■ **Exercise**
Stop after the line with "f 329 227 328"; until then, please copy every line of the records word for word from the first.

[[ Extracted entries, beginning ]]

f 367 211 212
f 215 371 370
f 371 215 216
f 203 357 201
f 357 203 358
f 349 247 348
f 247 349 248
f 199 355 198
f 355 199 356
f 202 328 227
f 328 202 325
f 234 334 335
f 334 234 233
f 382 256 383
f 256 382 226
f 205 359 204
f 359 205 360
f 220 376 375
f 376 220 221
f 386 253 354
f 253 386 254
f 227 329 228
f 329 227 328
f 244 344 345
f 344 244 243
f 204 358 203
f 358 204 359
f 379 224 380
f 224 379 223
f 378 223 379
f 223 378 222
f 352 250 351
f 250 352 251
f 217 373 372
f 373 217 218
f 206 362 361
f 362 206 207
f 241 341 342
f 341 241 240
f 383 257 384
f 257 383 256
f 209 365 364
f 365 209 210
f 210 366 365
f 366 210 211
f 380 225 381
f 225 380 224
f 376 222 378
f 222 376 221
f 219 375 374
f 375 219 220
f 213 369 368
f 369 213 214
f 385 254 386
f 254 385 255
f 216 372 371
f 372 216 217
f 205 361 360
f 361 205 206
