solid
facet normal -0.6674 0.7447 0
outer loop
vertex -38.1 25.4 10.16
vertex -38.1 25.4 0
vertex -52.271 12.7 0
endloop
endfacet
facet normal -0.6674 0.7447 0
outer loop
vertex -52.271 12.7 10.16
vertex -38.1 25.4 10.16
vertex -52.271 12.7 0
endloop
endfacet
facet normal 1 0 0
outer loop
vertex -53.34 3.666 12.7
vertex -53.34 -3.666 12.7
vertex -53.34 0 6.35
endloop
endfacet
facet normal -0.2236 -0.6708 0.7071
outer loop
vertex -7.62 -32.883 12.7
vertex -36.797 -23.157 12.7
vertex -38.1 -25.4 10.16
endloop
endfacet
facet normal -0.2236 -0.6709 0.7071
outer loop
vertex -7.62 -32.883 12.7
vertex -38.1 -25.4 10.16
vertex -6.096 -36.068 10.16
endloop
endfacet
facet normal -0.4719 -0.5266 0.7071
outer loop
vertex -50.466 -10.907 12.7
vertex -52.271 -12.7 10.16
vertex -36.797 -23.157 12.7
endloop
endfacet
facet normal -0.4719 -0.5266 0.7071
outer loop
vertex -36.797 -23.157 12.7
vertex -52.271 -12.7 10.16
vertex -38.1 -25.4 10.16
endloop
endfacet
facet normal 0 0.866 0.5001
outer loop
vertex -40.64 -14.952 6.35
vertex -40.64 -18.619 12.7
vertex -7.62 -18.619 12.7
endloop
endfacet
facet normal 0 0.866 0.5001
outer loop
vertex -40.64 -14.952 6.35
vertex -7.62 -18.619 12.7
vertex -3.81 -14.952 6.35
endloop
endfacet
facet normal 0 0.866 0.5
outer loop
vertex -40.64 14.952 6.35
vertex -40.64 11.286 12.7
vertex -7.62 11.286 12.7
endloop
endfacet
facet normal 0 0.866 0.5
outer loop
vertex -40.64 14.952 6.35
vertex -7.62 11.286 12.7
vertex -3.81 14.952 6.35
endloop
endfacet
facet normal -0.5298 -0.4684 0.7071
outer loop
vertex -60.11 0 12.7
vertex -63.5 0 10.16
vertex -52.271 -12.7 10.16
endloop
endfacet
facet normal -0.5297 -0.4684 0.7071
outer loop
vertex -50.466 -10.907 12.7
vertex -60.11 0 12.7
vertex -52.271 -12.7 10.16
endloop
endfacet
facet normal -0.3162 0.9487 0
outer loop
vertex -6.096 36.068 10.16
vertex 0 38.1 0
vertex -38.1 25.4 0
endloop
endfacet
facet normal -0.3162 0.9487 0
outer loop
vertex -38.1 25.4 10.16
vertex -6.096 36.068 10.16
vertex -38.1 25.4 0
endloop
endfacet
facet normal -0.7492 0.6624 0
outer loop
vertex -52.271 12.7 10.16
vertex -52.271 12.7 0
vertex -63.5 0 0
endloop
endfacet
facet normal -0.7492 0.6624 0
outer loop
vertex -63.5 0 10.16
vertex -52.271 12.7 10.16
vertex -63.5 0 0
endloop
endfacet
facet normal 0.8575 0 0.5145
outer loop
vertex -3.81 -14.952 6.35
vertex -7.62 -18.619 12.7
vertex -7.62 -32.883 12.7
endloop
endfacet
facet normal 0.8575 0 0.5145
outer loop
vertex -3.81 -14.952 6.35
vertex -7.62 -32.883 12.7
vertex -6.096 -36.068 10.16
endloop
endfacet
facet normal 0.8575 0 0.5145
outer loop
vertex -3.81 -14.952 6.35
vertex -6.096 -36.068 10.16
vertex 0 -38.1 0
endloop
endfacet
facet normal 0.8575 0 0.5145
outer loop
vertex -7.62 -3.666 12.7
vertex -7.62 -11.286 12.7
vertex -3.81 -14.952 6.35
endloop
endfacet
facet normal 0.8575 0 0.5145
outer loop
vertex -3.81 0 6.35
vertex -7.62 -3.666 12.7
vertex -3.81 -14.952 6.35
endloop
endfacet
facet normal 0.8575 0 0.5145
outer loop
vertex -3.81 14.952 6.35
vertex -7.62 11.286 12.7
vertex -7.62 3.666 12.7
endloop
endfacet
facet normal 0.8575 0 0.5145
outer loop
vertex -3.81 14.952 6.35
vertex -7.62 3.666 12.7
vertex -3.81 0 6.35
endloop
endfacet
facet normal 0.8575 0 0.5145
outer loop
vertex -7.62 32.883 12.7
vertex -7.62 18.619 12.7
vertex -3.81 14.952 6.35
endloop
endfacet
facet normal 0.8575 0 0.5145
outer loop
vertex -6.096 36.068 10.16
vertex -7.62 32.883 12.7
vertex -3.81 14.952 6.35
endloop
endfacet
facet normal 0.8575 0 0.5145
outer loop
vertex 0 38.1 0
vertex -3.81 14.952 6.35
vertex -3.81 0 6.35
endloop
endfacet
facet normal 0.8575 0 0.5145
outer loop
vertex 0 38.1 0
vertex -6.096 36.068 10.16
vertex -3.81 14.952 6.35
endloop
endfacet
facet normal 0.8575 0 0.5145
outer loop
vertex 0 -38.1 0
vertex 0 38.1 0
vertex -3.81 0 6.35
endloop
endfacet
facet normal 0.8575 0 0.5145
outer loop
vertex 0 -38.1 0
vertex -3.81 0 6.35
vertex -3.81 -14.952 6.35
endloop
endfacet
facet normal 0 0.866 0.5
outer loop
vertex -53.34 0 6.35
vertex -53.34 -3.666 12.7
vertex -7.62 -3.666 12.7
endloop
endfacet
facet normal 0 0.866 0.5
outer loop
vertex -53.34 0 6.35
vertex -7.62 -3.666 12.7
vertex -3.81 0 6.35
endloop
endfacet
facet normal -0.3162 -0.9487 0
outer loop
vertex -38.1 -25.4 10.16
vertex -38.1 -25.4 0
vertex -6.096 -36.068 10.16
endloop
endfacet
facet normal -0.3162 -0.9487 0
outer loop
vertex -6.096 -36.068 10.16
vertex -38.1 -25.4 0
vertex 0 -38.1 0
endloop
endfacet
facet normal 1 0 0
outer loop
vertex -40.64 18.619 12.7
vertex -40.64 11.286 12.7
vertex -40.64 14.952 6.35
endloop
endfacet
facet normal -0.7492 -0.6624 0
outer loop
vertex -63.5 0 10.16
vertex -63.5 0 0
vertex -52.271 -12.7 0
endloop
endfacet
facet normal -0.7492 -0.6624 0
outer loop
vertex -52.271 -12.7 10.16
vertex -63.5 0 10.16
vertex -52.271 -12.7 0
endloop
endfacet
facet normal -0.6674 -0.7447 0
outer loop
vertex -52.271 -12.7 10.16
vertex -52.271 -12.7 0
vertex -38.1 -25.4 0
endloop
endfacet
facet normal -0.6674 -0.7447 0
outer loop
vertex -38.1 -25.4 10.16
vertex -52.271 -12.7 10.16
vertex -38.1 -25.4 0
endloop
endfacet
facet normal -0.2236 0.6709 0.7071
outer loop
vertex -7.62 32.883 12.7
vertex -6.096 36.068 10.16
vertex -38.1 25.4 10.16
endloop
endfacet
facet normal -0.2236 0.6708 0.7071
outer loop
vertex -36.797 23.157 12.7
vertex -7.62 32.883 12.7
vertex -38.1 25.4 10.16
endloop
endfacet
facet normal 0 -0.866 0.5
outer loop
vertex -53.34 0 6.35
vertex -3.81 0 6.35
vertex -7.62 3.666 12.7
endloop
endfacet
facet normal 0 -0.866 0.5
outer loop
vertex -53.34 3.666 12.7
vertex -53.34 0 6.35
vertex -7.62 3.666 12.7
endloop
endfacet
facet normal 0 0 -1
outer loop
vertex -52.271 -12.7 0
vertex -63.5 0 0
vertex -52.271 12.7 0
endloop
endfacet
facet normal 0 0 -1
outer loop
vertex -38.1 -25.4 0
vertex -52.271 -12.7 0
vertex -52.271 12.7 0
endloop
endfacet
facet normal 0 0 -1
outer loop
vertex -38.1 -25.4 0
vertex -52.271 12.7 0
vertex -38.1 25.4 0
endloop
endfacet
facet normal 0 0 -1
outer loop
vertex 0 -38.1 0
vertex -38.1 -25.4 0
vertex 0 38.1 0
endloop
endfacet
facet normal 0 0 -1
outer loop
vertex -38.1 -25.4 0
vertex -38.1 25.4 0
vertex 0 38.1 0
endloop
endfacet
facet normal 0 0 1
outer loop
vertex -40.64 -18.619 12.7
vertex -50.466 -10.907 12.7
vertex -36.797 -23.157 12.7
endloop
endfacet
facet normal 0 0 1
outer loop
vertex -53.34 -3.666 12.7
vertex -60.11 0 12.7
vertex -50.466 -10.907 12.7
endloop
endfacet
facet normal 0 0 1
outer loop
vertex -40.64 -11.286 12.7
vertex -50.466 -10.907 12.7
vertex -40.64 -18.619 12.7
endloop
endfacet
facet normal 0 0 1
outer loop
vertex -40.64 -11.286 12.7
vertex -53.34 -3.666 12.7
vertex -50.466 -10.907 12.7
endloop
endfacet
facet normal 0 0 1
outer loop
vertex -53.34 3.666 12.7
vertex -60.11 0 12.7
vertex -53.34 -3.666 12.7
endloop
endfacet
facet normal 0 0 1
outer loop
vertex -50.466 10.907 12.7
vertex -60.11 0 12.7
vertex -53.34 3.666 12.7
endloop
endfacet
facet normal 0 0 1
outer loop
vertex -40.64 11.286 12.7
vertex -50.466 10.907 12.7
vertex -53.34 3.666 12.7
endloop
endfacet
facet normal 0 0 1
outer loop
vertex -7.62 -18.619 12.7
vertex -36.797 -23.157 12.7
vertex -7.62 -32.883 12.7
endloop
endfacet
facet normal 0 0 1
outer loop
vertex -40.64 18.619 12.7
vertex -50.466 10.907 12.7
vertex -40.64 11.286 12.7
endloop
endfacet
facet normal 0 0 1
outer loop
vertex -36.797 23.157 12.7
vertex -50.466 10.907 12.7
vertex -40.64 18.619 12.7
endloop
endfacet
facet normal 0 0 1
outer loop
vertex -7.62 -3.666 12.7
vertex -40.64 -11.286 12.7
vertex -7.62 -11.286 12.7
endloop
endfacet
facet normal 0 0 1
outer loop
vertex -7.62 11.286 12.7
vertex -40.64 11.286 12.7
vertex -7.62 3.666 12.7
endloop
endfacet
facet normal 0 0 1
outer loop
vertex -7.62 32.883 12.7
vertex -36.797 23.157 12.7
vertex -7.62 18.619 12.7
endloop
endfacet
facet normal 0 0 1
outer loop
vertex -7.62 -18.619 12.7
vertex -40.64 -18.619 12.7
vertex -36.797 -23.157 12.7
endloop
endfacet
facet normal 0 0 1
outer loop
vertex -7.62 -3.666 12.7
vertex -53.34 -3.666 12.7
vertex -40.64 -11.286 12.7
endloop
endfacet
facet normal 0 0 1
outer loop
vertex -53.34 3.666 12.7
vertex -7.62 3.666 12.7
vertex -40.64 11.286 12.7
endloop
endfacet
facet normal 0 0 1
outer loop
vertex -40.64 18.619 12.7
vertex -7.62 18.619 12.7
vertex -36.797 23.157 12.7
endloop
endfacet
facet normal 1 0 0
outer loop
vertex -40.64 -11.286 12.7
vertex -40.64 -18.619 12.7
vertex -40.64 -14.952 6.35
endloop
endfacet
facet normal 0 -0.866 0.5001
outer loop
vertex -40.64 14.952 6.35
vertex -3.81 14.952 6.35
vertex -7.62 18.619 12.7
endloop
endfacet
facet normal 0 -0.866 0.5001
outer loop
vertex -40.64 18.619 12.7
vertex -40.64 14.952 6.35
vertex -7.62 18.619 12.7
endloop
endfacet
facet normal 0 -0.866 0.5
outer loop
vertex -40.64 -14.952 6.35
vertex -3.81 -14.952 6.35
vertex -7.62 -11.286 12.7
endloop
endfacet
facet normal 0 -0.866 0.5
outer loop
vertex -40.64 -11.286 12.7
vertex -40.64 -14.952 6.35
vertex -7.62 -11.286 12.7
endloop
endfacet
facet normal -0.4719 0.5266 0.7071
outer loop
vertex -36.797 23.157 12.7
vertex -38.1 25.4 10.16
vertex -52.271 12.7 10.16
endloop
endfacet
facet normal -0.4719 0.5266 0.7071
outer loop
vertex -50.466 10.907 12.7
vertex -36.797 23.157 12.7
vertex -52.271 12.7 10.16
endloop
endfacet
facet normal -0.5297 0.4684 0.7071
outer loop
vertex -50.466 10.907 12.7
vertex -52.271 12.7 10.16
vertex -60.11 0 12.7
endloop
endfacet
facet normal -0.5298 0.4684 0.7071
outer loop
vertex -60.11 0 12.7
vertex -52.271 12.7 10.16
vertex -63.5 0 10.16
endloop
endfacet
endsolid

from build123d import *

# Parameters (mm, degrees)
F1_DEPTH    = 12.7
F3_DEPTH    = 40.64
F4_DEPTH    = 53.34
F5_T1_DEPTH = 85.1725092407
F5_T3_DEPTH = 73.3110318687
F5_T5_DEPTH = 73.3110318687
F5_T7_DEPTH = 85.1725092407
F6_SIZE     = 2.54


# Not quite as in the source:
# - a fillet or chamfer that OpenCascade refuses, or shapes differently, is made with other operations: its cross-section is extruded or revolved along the edge and cut away or added


with BuildPart() as f1:
    # F0 (on Top) → F1 (new body)
    with BuildSketch(Plane.XY):
        Polygon((0, -38.1), (0, 38.1), (-38.1, 25.4), (-52.2708785332, 12.7), (-63.5, 0), (-52.2708785332, -12.7), (-38.1, -25.4), align=None)
    extrude(amount=F1_DEPTH)

    # F2 (on face) → F3 (cut)
    with BuildSketch(Plane.YZ):
        Polygon((-14.9523484187, 6.35), (-11.2861742094, 12.7), (-18.6185226281, 12.7), align=None)
        Polygon((18.6185226281, 12.7), (11.2861742094, 12.7), (14.9523484187, 6.35), align=None)
    extrude(amount=-F3_DEPTH, mode=Mode.SUBTRACT)

    # F2 (on face) → F4 (cut)
    with BuildSketch(Plane.YZ):
        Polygon((3.6661742094, 12.7), (-3.6661742094, 12.7), (0, 6.35), align=None)
    extrude(amount=-F4_DEPTH, mode=Mode.SUBTRACT)

    # F5: chamfer of 7.62 x 12.7 on 4 edges, made by hand

    # F5_s2 → F5_t1 (cut)
    with BuildSketch(Plane.XZ.offset(-14.2269933063)):
        Polygon((-7.62, 12.7), (0, 0), (0, 12.7), align=None)
    extrude(amount=F5_T1_DEPTH, mode=Mode.SUBTRACT)

    # F5_s4 → F5_t3 (cut)
    with BuildSketch(Plane.XZ.offset(-29.179341725)):
        Polygon((-7.62, 12.7), (0, 0), (0, 12.7), align=None)
    extrude(amount=F5_T3_DEPTH, mode=Mode.SUBTRACT)

    # F5_s6 → F5_t5 (cut)
    with BuildSketch(Plane.XZ.offset(-44.1316901437)):
        Polygon((-7.62, 12.7), (0, 0), (0, 12.7), align=None)
    extrude(amount=F5_T5_DEPTH, mode=Mode.SUBTRACT)

    # F5_s8 → F5_t7 (cut)
    with BuildSketch(Plane.XZ.offset(-70.9455159344)):
        Polygon((-7.62, 12.7), (0, 0), (0, 12.7), align=None)
    extrude(amount=F5_T7_DEPTH, mode=Mode.SUBTRACT)

    # F6
    f6_edges = [f1.edges().sort_by_distance(p)[0] for p in [
        (-22.86, -30.48, 12.7),
        (-45.185439, -19.05, 12.7),
        (-57.885439, -6.35, 12.7),
        (-57.885439, 6.35, 12.7),
        (-45.185439, 19.05, 12.7),
        (-22.86, 30.48, 12.7),
    ]]
    chamfer(f6_edges, length=F6_SIZE)


solid = f1.part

[[ Extracted entries, end ]]

■ **Solved exercise**
f 367 211 212
f 215 371 370
f 371 215 216
f 203 357 201
f 357 203 358
f 349 247 348
f 247 349 248
f 199 355 198
f 355 199 356
f 202 328 227
f 328 202 325
f 234 334 335
f 334 234 233
f 382 256 383
f 256 382 226
f 205 359 204
f 359 205 360
f 220 376 375
f 376 220 221
f 386 253 354
f 253 386 254
f 227 329 228
f 329 227 328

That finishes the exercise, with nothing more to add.